Figure 1. Identification of ethylene receptor-interacting proteins SAURs in Arabidopsis.

Figure 1

(a) Schematic representation of the bait ETR2 and the prey identified. I, II, III and IV indicate putative transmembrane regions. GAF: conserved domain originally found in cGMP-binding phosphodiesterases, cyanobacterial adenylyl cyclases, and a formate-hydrogen lyase transcription activator from E. coli; HIS: H-containing domain; ATP: ATP-binding domain; HIS plus ATP constitute the kinase domain; REC: receiver domain.
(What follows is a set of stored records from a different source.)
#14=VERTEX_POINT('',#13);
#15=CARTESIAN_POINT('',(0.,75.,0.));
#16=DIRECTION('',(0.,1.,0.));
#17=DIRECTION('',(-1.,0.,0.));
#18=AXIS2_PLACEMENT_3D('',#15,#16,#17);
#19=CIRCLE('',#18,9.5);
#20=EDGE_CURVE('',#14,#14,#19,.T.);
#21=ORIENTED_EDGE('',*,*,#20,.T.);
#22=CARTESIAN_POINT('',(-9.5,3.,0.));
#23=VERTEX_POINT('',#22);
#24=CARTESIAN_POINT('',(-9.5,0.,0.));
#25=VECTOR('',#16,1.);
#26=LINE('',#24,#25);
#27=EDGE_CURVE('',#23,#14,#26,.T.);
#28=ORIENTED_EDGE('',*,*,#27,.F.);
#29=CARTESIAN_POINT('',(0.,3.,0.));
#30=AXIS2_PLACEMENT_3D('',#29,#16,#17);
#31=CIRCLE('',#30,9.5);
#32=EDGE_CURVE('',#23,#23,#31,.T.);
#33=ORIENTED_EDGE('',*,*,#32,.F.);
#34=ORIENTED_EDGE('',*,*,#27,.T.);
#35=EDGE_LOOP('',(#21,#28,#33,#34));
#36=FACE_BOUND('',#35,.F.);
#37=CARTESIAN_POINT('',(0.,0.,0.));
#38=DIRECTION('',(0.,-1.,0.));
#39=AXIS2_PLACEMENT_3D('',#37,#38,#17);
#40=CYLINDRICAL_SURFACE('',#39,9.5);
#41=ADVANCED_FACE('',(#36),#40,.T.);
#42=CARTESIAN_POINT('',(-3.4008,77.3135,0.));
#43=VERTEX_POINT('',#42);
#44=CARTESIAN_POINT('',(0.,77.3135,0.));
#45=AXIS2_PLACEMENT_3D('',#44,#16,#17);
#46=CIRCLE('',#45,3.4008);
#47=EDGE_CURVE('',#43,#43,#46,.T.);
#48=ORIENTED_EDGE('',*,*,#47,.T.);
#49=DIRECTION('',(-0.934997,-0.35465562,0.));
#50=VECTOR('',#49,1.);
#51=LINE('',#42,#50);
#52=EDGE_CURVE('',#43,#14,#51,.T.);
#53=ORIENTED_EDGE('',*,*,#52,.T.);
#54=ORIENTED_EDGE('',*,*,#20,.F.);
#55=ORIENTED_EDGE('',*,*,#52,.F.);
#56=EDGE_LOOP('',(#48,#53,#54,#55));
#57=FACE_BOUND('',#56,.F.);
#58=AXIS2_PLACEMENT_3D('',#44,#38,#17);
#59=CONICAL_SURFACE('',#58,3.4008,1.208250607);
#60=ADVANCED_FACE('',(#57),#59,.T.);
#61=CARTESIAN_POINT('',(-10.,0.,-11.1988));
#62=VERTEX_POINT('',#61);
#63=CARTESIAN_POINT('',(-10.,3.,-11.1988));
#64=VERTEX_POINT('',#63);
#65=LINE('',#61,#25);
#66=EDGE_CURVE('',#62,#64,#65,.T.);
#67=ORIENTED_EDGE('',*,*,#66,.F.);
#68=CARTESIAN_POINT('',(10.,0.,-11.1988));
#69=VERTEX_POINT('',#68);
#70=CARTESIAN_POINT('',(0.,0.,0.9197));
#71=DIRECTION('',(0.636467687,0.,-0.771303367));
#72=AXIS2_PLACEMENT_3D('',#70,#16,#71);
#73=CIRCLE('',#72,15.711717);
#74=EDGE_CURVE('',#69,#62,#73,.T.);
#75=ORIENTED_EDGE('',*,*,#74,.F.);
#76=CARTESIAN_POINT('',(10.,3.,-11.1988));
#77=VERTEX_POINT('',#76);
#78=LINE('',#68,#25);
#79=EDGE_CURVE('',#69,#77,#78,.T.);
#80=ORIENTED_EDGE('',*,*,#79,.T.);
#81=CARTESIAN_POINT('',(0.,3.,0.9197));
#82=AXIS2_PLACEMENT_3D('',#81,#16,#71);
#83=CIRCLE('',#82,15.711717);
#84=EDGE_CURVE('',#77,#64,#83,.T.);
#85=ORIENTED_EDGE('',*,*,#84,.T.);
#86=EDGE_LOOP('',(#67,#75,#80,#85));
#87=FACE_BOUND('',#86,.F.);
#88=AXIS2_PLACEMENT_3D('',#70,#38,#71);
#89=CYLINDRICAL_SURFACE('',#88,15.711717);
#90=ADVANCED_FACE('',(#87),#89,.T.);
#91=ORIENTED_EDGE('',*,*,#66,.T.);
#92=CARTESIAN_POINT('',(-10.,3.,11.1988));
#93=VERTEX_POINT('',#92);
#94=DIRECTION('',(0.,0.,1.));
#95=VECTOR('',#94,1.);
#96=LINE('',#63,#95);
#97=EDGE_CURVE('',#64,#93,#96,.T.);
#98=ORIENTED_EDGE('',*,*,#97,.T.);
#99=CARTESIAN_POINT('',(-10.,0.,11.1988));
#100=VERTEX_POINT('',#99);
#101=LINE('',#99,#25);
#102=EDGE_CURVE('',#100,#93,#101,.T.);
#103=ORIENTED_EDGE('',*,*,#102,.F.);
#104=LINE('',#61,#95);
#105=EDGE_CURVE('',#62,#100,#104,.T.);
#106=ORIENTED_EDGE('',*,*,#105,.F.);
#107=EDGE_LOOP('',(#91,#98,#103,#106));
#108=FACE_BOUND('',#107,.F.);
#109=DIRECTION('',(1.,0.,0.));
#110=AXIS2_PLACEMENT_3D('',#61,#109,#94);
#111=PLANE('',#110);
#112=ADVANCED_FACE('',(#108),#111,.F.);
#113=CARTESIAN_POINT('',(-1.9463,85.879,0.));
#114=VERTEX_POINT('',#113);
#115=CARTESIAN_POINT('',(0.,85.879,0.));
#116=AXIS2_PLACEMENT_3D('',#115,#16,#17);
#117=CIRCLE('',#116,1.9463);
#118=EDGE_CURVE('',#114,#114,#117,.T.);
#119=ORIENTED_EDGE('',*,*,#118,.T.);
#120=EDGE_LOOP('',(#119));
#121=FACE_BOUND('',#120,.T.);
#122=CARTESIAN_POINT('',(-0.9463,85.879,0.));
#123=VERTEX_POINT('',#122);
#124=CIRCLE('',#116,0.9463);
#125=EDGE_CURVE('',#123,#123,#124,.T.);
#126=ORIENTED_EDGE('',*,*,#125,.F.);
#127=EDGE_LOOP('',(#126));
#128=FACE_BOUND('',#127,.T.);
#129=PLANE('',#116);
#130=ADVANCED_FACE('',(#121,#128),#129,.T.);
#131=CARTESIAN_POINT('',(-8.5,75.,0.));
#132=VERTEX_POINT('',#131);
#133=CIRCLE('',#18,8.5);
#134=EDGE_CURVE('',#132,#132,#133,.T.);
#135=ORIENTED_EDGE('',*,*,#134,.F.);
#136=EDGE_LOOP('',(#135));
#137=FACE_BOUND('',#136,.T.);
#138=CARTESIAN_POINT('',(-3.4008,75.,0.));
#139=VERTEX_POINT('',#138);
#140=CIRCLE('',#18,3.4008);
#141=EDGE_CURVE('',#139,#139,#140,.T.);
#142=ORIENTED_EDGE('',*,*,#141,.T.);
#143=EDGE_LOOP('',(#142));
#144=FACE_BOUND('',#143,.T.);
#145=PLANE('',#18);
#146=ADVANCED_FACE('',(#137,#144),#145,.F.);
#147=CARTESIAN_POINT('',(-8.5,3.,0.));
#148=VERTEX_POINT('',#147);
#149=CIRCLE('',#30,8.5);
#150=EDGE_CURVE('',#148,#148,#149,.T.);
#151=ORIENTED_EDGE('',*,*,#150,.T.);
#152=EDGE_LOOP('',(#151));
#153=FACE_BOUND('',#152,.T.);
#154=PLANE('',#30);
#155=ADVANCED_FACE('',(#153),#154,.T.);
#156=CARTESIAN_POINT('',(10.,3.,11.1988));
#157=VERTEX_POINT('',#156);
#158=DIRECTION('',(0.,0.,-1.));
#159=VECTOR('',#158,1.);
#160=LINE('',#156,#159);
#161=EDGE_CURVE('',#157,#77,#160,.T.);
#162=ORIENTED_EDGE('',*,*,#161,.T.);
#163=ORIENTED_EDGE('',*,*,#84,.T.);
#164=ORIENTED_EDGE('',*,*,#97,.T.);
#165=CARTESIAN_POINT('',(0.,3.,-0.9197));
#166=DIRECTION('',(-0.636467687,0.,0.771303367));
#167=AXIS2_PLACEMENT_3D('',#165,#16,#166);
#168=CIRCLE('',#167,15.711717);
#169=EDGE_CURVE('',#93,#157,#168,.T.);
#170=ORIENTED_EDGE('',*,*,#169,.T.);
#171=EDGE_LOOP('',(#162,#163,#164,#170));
The region without transmembrane segments was used as bait to screen cDNA library in yeast two-hybrid assay. SAUR78 was identified as an ETR2-interacting protein. (b)Alignment of SAUR78 as well as its close homologues SAUR76 and SAUR77 with other known SAUR proteins. SAUR-AC1 and AtSAUR32 are from Arabidopsis. ZmSAUR1 is from maize and OsSAUR39 is from rice. Amino acids shaded in black indicate identity. (c) Interactions of the three SAURs with Arabidopsis ethylene receptors ETR2 and EIN4 in yeast two-hybrid assay. The four other SAUR proteins At3g12955, At2g21220, At1g75580 and SAUR-AC1(At4g38850), which are not grouped with the three SAURs, did not show positive interactions with ETR2. At 24 °C, all the yeast transformants can grow. At 37 °C, growth of transformants on SD/Gal-UL but not on SD/Glu-UL indicates positive interaction. The pSosMAFB plus pMyrSB indicate positive interaction control while pSosMAFB plus pMyrLamiC and other combinations with pMyr or pSos vectors served as negative controls.